• Aim of the exercise:
In the records below, begin at the line containing "Circle(SKETCH007_R)" and end at the line containing "part.faces().sort_by_distance((-6, 0, -14.8))[0]"; quote every line in that span exactly, including both boundary lines, and no others.

• Source data:
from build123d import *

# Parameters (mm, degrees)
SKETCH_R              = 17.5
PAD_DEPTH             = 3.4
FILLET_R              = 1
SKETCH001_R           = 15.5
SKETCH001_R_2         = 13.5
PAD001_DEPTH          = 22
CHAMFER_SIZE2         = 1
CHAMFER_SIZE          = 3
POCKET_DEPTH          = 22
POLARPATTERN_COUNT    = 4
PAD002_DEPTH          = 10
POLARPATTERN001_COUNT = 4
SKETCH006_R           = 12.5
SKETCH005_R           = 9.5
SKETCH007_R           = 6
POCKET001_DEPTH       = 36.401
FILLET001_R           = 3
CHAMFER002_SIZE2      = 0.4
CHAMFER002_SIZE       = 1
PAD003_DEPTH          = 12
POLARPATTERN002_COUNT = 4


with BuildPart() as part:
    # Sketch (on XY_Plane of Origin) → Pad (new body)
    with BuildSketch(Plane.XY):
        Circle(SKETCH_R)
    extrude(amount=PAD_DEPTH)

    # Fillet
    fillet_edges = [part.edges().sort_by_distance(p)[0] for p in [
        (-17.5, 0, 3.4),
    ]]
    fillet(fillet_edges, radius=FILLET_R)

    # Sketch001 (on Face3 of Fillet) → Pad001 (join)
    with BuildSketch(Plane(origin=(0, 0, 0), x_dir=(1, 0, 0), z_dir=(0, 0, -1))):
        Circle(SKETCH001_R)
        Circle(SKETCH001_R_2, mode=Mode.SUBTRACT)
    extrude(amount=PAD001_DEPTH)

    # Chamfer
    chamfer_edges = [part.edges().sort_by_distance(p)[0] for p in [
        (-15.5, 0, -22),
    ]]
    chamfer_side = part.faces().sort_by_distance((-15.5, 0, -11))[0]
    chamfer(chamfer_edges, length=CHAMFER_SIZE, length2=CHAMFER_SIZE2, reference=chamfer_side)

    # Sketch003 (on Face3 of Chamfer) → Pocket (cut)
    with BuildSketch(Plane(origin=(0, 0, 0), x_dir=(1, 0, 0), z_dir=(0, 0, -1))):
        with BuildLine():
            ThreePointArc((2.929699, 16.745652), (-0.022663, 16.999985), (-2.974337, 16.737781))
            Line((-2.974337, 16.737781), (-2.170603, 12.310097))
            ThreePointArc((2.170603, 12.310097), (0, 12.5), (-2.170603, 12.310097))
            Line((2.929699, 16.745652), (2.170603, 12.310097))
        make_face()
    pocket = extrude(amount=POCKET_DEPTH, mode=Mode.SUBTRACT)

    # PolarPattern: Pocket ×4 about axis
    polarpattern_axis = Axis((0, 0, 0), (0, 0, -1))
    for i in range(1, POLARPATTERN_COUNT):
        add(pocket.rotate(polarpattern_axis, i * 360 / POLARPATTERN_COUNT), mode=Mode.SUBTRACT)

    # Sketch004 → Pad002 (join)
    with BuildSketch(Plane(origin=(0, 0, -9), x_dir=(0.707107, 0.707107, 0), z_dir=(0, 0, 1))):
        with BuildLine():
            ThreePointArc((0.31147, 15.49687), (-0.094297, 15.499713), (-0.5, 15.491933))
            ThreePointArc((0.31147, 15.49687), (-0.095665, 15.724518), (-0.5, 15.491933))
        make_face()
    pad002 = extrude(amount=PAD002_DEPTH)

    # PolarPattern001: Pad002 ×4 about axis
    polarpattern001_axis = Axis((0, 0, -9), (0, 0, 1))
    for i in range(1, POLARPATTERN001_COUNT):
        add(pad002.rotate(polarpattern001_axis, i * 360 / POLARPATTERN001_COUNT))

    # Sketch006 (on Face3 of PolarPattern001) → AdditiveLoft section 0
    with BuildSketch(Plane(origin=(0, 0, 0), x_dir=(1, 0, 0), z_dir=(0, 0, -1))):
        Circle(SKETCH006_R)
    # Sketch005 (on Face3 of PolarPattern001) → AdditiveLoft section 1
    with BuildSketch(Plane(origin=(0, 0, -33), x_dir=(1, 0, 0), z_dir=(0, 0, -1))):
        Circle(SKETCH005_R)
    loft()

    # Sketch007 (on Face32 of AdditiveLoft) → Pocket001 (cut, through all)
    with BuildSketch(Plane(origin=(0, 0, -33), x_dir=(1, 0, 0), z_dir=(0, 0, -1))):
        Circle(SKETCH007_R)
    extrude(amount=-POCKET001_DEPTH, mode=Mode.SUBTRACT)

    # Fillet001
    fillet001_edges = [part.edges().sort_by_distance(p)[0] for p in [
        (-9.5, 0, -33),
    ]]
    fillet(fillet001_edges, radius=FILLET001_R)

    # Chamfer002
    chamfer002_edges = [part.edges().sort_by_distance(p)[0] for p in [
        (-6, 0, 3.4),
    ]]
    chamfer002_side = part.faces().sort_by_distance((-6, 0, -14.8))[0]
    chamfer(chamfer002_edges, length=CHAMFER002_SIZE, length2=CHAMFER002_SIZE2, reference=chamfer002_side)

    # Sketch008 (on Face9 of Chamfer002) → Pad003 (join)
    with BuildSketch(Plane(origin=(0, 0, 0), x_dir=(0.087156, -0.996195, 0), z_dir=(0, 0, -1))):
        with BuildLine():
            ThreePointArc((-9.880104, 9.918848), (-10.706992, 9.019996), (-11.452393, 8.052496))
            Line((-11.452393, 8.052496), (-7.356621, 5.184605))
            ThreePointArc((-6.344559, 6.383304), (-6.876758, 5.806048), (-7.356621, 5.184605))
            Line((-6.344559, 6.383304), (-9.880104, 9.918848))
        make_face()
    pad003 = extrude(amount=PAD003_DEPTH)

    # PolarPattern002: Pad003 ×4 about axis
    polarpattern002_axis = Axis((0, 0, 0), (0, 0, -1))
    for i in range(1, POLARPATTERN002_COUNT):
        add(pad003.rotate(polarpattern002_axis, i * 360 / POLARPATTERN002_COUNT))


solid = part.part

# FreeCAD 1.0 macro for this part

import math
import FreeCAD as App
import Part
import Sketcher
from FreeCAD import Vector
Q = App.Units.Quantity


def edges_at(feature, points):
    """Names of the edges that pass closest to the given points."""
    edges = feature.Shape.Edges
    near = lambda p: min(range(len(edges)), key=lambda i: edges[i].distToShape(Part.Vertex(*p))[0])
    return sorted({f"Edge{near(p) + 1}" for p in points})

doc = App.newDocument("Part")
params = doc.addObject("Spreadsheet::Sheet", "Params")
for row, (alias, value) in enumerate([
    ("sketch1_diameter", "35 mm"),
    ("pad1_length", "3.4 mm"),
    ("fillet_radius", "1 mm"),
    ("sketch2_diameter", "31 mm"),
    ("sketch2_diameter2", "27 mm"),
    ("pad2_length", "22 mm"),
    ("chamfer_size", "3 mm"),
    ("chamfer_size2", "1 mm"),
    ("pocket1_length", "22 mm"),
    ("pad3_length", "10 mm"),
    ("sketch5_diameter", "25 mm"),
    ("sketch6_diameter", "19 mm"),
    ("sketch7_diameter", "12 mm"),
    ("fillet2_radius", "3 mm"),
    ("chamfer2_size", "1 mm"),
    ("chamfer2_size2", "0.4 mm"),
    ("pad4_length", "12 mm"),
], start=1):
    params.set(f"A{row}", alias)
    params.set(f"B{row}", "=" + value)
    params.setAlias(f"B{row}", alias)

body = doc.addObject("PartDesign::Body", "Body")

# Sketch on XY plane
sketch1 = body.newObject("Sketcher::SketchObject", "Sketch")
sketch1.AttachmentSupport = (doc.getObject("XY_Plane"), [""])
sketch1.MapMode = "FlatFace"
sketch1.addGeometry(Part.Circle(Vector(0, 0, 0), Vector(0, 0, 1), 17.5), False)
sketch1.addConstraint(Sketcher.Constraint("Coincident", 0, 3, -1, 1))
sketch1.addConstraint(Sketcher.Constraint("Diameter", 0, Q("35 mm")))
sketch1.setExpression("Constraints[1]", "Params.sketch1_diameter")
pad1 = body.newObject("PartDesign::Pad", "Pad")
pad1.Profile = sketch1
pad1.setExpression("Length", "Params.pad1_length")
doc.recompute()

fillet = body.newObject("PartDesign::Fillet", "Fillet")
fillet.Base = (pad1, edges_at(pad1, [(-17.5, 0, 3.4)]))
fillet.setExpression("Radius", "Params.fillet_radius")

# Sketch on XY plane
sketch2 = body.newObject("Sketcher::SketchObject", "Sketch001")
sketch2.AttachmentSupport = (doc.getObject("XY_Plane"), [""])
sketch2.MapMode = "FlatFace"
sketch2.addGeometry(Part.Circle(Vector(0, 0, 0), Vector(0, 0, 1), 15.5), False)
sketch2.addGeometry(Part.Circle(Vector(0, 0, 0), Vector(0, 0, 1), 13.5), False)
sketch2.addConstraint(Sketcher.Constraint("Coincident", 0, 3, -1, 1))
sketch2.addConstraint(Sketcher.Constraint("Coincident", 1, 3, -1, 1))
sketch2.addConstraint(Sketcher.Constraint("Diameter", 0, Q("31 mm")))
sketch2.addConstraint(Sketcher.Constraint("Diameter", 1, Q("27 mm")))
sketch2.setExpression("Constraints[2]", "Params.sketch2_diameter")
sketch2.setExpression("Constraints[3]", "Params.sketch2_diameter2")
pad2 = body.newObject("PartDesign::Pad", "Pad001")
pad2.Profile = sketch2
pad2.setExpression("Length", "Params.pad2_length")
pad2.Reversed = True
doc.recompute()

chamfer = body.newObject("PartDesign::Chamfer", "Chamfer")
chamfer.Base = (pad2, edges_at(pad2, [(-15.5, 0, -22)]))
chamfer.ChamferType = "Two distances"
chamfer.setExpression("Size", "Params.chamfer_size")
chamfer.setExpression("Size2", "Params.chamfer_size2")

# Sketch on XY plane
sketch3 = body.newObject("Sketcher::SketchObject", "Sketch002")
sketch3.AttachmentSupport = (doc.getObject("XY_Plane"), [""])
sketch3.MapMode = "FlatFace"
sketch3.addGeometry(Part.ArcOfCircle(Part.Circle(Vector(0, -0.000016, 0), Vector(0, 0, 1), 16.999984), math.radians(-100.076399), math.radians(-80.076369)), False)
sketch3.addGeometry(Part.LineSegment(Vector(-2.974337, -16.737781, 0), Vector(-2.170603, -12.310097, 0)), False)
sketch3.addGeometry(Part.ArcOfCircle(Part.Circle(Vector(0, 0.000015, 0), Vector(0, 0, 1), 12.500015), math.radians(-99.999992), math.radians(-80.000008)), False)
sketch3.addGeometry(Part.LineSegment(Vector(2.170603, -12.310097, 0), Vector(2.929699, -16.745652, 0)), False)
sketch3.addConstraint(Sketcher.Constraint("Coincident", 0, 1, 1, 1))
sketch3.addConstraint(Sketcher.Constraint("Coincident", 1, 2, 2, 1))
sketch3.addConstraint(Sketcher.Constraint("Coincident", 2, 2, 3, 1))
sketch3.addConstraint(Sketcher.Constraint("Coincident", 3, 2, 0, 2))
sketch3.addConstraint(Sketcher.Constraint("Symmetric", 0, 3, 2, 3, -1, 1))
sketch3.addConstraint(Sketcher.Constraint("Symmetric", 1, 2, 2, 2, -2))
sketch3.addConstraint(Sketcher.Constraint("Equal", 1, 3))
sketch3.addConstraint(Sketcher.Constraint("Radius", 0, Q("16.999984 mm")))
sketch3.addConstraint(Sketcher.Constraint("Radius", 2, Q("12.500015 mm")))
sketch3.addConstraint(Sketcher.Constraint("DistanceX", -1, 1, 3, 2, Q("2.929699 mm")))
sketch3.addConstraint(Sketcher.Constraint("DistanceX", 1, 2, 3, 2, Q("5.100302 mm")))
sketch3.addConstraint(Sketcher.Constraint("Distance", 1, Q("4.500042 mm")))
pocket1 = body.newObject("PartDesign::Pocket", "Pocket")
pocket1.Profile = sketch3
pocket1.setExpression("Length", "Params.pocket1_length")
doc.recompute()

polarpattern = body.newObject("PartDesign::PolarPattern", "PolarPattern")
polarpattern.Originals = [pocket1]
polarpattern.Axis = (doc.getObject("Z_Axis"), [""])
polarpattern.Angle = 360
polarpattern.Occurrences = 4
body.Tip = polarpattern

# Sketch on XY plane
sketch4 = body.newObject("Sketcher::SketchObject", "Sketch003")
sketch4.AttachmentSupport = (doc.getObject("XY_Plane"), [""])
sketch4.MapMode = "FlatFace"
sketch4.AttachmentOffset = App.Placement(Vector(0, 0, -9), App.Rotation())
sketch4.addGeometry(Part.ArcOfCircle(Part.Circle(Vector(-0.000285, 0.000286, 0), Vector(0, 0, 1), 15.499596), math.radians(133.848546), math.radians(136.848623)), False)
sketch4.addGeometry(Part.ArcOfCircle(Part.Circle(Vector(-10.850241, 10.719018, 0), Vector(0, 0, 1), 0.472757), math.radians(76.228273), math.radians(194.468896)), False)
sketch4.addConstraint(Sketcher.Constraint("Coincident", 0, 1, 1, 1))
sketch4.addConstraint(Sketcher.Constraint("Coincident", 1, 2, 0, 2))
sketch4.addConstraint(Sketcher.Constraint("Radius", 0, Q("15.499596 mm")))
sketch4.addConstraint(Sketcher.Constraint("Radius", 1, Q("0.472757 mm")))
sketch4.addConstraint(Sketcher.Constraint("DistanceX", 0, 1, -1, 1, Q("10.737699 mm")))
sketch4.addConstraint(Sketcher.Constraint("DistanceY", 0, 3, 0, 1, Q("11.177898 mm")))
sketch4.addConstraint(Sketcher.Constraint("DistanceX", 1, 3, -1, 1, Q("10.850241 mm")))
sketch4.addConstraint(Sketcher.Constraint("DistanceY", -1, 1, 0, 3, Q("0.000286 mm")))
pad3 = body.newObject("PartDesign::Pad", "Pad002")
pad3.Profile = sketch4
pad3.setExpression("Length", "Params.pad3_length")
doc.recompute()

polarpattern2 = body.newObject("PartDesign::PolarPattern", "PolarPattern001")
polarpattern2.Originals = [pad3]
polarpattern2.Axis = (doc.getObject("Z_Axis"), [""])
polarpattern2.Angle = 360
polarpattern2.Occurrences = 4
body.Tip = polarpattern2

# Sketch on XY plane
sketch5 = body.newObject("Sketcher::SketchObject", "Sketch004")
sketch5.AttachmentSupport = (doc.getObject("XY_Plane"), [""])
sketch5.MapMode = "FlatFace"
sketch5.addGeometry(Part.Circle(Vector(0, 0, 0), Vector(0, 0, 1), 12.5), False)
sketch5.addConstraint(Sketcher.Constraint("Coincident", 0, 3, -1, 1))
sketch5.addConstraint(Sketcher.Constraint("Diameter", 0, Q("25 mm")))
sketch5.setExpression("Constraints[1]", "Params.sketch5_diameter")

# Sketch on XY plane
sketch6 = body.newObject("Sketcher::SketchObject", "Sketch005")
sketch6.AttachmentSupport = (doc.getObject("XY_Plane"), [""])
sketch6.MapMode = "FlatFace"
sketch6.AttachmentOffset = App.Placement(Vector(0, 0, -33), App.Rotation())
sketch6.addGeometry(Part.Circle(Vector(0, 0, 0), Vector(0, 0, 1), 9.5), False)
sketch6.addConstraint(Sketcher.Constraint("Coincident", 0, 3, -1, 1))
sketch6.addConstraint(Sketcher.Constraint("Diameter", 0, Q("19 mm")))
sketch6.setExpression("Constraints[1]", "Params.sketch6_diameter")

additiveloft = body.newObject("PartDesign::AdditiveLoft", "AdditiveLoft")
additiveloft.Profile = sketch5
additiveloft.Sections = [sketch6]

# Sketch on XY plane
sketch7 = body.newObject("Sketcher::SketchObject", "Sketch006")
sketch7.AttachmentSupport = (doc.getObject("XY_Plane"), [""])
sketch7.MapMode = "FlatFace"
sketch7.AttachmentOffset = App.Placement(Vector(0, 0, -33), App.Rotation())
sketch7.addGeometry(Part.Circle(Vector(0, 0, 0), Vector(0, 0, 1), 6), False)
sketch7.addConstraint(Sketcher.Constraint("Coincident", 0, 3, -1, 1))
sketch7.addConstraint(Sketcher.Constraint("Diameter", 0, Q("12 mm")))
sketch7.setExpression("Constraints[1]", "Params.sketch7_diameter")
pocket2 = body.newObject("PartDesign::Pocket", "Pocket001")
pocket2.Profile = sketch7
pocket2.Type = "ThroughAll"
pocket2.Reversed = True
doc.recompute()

• Solution to this exercise:
        Circle(SKETCH007_R)
    extrude(amount=-POCKET001_DEPTH, mode=Mode.SUBTRACT)

    # Fillet001
    fillet001_edges = [part.edges().sort_by_distance(p)[0] for p in [
        (-9.5, 0, -33),
    ]]
    fillet(fillet001_edges, radius=FILLET001_R)

    # Chamfer002
    chamfer002_edges = [part.edges().sort_by_distance(p)[0] for p in [
        (-6, 0, 3.4),
    ]]
    chamfer002_side = part.faces().sort_by_distance((-6, 0, -14.8))[0]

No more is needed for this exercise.